#### Material for the task

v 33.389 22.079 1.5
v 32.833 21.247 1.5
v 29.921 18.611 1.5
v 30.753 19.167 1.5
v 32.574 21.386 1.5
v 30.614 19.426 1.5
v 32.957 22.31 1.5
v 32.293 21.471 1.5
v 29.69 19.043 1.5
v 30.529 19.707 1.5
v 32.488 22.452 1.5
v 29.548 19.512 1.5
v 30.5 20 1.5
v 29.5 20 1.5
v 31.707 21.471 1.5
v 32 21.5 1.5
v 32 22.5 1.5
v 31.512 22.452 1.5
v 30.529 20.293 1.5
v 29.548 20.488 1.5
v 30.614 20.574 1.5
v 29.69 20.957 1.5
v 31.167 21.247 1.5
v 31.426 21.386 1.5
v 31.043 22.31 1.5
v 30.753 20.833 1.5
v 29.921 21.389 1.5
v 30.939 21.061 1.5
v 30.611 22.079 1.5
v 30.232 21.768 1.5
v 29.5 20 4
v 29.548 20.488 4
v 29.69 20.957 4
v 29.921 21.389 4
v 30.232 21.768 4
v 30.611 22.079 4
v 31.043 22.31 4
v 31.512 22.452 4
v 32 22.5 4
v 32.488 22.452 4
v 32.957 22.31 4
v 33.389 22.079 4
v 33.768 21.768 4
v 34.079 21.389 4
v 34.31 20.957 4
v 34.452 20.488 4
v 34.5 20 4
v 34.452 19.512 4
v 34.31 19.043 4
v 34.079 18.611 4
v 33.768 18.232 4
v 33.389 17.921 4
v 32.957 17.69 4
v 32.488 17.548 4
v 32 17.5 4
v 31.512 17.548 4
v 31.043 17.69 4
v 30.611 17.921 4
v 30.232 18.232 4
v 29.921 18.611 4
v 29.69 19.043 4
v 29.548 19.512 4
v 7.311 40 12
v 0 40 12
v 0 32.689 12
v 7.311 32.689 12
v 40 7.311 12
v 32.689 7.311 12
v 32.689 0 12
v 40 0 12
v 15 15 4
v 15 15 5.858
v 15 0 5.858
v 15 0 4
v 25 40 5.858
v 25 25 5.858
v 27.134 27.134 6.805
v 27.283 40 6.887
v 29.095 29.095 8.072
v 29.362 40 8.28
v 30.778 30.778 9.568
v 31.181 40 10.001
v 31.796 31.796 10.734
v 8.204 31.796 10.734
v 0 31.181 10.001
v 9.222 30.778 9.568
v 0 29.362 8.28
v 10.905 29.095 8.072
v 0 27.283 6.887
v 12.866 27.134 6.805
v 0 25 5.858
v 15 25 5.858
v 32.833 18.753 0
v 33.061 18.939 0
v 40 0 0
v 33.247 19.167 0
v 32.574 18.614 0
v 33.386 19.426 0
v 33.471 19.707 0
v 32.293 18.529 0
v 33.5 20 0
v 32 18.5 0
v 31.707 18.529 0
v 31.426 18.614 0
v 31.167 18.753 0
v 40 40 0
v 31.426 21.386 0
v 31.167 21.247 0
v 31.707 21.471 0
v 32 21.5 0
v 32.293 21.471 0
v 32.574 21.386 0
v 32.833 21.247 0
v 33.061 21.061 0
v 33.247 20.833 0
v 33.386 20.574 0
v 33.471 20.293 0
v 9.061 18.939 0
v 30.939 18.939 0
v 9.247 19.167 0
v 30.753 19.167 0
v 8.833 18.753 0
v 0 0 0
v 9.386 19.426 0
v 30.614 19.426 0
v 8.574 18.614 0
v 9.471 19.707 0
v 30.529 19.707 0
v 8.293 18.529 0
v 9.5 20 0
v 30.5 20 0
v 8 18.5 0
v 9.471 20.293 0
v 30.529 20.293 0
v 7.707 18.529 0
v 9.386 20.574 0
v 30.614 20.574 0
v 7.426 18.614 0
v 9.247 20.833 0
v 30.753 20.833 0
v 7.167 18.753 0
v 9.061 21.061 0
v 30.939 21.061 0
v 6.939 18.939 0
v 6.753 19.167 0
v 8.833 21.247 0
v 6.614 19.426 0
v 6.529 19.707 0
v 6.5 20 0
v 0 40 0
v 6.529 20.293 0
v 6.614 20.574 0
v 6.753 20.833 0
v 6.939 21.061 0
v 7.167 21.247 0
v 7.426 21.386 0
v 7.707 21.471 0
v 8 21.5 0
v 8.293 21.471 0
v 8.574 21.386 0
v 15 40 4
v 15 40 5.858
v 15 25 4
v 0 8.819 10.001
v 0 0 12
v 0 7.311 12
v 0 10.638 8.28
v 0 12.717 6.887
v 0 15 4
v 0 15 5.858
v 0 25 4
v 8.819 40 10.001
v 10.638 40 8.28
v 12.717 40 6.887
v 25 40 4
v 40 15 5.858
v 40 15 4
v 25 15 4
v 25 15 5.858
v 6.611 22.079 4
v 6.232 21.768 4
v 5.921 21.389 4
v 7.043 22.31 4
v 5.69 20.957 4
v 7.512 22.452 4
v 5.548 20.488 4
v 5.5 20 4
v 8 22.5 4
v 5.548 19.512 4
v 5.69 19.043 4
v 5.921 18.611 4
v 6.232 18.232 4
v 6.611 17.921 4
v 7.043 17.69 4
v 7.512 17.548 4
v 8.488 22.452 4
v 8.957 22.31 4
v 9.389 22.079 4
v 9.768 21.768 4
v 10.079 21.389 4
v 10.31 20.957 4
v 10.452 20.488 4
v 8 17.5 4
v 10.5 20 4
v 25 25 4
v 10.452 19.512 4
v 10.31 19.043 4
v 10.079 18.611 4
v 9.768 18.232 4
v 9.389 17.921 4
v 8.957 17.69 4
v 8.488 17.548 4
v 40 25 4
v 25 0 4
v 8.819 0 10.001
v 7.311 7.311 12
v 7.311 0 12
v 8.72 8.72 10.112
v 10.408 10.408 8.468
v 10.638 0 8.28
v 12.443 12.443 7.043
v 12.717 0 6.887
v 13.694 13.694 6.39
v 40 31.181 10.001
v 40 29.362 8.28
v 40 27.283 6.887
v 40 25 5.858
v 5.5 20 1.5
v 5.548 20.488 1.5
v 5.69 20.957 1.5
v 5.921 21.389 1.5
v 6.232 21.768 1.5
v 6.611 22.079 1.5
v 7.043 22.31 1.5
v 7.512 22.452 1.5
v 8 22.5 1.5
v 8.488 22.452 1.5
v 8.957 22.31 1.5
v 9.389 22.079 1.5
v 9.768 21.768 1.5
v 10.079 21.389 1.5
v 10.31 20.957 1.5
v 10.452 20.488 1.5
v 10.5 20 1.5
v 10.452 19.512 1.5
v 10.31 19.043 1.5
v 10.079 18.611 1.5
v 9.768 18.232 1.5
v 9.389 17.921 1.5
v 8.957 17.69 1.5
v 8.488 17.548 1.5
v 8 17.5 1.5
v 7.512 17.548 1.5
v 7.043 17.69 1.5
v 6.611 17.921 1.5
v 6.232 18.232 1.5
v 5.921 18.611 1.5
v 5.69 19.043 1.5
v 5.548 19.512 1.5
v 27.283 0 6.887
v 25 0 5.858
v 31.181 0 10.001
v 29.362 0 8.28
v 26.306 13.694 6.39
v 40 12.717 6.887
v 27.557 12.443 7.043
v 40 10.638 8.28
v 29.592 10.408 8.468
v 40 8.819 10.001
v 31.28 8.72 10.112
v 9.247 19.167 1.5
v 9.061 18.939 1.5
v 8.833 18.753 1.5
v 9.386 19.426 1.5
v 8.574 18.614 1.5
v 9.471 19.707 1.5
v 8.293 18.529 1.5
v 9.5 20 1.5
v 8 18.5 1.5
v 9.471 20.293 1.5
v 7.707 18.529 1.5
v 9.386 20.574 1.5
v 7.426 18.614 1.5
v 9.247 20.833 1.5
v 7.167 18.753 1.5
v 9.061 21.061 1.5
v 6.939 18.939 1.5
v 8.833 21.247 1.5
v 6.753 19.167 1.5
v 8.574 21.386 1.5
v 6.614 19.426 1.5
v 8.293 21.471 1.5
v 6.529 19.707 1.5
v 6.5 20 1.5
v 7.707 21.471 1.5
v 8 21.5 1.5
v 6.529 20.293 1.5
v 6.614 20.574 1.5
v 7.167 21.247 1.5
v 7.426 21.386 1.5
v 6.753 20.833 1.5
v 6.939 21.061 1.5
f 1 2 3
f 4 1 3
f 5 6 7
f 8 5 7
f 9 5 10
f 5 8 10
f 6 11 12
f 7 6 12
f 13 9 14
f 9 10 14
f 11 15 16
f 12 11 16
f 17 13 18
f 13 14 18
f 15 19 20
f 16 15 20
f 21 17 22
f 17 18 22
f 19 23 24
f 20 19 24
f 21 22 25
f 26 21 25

########
#### Material for the task

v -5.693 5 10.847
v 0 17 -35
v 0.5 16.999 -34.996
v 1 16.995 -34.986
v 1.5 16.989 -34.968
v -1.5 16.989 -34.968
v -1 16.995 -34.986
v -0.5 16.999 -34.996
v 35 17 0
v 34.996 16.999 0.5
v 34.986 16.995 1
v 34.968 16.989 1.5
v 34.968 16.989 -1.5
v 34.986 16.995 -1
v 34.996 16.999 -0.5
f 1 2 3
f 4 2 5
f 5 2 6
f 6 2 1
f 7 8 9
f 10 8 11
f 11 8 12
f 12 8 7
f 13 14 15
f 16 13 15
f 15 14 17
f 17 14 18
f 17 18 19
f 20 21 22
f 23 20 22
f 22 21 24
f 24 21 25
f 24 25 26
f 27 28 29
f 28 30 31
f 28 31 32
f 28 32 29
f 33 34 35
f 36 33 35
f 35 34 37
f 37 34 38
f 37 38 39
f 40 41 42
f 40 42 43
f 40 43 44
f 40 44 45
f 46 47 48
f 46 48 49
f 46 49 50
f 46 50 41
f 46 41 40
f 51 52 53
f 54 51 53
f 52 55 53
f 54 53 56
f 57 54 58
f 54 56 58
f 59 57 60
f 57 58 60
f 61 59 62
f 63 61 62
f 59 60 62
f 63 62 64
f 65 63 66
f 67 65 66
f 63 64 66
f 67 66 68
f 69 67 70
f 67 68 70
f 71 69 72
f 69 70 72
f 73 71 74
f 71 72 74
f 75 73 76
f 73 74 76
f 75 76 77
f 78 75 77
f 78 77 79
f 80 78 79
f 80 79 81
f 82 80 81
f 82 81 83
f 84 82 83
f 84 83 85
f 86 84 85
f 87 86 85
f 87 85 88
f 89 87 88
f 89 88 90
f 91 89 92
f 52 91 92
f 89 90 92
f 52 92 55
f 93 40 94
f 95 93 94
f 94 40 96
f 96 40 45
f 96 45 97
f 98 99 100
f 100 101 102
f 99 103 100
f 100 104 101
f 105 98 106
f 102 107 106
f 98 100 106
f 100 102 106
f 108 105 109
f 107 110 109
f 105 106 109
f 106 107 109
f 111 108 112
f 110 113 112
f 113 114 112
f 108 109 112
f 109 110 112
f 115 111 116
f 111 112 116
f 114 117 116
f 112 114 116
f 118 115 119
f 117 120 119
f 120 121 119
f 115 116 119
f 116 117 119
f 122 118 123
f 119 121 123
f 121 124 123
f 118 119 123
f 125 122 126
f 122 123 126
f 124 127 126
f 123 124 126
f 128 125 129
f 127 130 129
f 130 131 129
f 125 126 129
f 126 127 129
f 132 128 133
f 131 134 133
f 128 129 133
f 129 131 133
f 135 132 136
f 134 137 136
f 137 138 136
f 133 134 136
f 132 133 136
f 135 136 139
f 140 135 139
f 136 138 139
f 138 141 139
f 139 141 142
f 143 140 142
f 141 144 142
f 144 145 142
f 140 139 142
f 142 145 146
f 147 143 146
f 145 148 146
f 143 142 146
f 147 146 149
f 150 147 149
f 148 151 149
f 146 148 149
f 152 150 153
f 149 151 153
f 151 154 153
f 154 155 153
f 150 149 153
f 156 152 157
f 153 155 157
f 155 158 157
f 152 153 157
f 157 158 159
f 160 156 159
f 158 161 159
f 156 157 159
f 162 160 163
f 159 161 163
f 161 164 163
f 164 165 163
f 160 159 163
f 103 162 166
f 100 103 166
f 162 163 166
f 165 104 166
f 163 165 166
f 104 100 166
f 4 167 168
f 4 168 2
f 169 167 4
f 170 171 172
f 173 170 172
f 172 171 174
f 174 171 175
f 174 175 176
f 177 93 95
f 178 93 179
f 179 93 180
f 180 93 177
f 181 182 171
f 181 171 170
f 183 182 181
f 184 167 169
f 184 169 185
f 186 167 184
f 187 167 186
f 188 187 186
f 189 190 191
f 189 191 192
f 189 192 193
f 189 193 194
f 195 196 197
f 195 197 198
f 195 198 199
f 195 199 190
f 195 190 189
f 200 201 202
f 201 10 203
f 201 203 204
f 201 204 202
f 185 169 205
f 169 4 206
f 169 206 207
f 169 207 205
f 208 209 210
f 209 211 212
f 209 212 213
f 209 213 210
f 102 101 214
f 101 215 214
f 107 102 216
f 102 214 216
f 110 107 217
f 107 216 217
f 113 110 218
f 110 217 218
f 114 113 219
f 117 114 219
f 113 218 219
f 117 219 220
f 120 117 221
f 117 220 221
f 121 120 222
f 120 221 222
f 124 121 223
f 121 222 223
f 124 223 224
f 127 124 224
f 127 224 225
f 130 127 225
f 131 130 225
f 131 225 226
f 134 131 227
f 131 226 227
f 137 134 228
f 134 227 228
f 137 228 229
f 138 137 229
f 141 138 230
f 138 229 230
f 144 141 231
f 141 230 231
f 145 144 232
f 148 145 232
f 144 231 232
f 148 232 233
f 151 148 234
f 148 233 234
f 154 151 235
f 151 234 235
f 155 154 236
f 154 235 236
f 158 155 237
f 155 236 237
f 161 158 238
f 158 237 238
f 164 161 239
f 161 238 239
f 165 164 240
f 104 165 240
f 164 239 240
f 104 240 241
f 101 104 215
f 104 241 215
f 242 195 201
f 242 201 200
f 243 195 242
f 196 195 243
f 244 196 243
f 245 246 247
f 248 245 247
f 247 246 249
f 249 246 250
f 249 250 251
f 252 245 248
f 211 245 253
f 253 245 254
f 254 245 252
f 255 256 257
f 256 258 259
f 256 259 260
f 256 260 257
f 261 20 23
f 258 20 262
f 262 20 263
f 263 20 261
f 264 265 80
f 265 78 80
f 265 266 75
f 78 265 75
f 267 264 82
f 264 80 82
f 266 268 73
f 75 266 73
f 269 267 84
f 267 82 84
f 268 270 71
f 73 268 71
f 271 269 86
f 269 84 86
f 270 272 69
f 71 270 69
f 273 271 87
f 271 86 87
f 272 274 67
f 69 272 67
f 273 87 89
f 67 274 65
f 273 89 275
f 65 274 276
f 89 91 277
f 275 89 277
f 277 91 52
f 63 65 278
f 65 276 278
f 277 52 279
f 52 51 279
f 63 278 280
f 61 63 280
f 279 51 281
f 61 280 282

########
#### Material for the task

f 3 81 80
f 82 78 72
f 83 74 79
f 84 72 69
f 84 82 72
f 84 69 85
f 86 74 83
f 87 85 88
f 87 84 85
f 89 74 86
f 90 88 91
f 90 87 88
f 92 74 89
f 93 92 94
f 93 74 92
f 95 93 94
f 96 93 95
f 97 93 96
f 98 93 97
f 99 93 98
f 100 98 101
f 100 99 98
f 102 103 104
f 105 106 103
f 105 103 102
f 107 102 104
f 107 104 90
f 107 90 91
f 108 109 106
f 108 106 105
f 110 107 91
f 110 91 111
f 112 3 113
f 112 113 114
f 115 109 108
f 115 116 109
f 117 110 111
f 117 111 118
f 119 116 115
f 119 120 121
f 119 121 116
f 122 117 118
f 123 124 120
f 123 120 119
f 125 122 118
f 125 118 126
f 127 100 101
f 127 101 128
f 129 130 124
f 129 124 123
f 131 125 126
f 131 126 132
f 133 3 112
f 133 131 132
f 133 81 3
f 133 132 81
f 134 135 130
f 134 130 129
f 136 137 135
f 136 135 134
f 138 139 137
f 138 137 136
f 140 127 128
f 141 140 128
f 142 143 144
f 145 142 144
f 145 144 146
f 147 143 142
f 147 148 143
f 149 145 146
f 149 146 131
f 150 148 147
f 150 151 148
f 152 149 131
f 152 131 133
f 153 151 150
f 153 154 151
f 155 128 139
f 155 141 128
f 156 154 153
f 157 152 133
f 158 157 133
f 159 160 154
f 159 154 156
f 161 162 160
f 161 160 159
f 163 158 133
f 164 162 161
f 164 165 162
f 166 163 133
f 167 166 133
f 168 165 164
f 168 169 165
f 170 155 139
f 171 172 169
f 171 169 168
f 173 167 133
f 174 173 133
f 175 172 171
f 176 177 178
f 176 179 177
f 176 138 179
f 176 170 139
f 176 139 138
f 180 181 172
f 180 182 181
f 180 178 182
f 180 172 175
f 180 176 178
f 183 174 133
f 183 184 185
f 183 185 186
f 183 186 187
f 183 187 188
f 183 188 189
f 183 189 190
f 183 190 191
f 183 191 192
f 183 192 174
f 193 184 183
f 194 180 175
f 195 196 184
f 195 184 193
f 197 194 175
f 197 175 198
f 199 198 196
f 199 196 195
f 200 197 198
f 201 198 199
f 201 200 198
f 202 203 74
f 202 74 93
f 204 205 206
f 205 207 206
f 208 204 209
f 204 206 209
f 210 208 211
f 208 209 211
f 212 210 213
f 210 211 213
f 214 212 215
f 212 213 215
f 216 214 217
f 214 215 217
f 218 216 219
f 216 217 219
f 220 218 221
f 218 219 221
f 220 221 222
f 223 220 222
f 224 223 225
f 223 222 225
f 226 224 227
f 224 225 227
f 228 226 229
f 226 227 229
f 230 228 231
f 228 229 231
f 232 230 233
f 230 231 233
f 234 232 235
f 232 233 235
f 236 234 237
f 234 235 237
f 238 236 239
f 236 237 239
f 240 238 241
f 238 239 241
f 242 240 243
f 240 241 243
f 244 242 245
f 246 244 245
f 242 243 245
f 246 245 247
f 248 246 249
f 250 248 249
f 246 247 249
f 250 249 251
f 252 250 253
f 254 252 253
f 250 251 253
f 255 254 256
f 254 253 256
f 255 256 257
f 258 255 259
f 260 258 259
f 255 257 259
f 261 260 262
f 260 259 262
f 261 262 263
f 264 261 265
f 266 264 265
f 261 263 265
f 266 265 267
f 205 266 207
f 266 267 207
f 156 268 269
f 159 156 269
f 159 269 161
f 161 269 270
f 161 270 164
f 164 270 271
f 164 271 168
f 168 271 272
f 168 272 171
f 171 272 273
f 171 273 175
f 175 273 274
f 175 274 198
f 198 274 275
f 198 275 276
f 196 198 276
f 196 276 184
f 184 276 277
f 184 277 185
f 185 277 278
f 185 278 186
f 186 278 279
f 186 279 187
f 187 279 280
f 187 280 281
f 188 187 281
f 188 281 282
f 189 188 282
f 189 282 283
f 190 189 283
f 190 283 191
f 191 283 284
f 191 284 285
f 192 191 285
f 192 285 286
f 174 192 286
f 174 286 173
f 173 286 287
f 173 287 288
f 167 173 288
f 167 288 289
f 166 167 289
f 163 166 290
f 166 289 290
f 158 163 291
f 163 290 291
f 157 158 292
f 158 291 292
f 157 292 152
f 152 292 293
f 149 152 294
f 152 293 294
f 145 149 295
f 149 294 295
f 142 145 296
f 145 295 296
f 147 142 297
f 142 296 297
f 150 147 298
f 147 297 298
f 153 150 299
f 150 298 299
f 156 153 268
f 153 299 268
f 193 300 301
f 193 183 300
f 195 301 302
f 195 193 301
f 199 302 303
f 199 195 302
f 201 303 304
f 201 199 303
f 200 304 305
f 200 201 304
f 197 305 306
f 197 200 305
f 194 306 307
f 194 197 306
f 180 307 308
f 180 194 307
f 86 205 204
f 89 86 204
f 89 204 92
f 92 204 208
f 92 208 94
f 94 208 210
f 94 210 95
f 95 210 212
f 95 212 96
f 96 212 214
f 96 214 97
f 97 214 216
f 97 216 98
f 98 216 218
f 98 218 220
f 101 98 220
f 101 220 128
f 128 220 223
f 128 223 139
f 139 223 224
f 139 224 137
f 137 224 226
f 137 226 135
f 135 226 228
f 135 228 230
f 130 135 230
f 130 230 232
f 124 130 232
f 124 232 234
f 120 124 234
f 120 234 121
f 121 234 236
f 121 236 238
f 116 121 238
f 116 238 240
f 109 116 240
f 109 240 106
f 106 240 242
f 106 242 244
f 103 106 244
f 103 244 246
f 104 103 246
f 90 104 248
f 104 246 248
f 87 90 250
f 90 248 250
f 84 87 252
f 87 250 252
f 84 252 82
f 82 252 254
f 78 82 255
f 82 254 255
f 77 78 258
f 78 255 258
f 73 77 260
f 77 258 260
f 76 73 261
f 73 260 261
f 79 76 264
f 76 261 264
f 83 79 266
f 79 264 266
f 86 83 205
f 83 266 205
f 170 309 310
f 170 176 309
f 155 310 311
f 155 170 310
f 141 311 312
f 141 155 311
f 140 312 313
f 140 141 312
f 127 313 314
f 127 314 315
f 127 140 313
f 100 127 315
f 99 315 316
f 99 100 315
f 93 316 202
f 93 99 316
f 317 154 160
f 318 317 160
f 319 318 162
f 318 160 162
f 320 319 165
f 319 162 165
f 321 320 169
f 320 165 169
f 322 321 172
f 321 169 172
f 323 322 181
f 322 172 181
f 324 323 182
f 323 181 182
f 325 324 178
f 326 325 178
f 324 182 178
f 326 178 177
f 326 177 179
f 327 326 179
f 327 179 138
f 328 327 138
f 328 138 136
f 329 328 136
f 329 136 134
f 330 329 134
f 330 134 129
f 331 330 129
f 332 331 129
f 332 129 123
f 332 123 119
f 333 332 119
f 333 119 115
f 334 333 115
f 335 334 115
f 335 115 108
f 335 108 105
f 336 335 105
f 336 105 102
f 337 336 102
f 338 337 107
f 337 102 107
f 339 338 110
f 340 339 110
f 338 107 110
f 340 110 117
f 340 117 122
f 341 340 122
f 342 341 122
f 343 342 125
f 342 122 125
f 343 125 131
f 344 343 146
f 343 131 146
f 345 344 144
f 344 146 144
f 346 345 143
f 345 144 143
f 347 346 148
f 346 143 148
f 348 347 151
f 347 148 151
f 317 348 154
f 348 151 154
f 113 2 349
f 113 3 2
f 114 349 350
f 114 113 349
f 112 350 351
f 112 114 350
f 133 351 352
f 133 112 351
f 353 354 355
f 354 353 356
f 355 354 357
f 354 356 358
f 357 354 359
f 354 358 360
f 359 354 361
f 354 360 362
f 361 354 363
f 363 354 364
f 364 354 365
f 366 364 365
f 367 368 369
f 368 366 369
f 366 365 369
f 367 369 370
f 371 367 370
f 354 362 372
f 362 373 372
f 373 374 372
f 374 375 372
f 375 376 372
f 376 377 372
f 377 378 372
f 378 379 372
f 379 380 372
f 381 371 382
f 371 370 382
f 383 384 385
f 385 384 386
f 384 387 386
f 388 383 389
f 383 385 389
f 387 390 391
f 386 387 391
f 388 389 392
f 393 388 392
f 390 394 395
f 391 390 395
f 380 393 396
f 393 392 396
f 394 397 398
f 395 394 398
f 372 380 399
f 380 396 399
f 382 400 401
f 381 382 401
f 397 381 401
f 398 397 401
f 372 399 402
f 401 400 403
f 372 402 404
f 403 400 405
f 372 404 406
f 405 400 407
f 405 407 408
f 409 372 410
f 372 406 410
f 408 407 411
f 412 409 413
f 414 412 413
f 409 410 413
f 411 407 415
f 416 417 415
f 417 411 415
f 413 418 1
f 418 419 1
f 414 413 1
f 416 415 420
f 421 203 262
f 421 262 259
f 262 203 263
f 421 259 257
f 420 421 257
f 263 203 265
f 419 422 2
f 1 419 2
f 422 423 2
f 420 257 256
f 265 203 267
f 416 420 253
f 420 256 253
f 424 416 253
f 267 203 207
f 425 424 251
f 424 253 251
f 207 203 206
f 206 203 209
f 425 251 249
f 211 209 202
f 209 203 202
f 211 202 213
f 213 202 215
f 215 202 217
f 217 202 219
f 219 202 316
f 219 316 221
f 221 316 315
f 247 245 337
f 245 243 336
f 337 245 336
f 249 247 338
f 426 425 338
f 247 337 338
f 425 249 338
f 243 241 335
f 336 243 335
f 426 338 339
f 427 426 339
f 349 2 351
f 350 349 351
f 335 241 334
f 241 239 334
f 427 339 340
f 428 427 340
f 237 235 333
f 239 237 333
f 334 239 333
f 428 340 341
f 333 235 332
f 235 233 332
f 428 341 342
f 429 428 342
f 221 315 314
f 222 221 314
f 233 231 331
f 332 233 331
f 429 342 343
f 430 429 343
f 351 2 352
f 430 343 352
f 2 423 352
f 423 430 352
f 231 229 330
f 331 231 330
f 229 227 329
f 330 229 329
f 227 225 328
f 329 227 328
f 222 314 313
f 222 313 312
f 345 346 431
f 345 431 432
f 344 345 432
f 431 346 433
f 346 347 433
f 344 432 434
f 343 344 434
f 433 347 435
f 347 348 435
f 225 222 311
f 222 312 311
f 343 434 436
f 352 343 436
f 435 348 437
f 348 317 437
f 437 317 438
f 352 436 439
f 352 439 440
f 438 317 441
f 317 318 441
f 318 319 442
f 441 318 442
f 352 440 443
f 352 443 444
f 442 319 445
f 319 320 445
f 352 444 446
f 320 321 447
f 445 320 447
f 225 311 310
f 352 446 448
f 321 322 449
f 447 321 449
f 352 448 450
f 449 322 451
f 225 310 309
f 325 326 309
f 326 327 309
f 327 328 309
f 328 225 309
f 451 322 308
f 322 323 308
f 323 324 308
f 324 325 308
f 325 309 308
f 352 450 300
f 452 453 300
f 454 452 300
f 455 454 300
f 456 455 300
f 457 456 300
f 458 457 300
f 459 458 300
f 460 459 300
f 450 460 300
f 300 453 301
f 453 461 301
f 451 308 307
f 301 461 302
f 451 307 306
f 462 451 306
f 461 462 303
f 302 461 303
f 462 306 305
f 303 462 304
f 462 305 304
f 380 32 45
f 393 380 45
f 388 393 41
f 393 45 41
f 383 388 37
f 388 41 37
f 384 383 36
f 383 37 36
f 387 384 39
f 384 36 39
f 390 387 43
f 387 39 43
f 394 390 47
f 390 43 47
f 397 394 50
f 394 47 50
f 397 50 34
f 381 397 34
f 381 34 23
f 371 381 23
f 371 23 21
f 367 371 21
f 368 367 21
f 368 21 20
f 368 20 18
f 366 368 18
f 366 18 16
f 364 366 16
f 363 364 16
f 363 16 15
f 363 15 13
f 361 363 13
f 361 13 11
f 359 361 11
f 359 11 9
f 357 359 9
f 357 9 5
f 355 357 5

########

Requirement: Repeat, exactly as they stand above, the lines from the line with "f 94 210 95" to the line with "f 76 261 264", both lines included.

Exercise output:
f 94 210 95
f 95 210 212
f 95 212 96
f 96 212 214
f 96 214 97
f 97 214 216
f 97 216 98
f 98 216 218
f 98 218 220
f 101 98 220
f 101 220 128
f 128 220 223
f 128 223 139
f 139 223 224
f 139 224 137
f 137 224 226
f 137 226 135
f 135 226 228
f 135 228 230
f 130 135 230
f 130 230 232
f 124 130 232
f 124 232 234
f 120 124 234
f 120 234 121
f 121 234 236
f 121 236 238
f 116 121 238
f 116 238 240
f 109 116 240
f 109 240 106
f 106 240 242
f 106 242 244
f 103 106 244
f 103 244 246
f 104 103 246
f 90 104 248
f 104 246 248
f 87 90 250
f 90 248 250
f 84 87 252
f 87 250 252
f 84 252 82
f 82 252 254
f 78 82 255
f 82 254 255
f 77 78 258
f 78 255 258
f 73 77 260
f 77 258 260
f 76 73 261
f 73 260 261
f 79 76 264
f 76 261 264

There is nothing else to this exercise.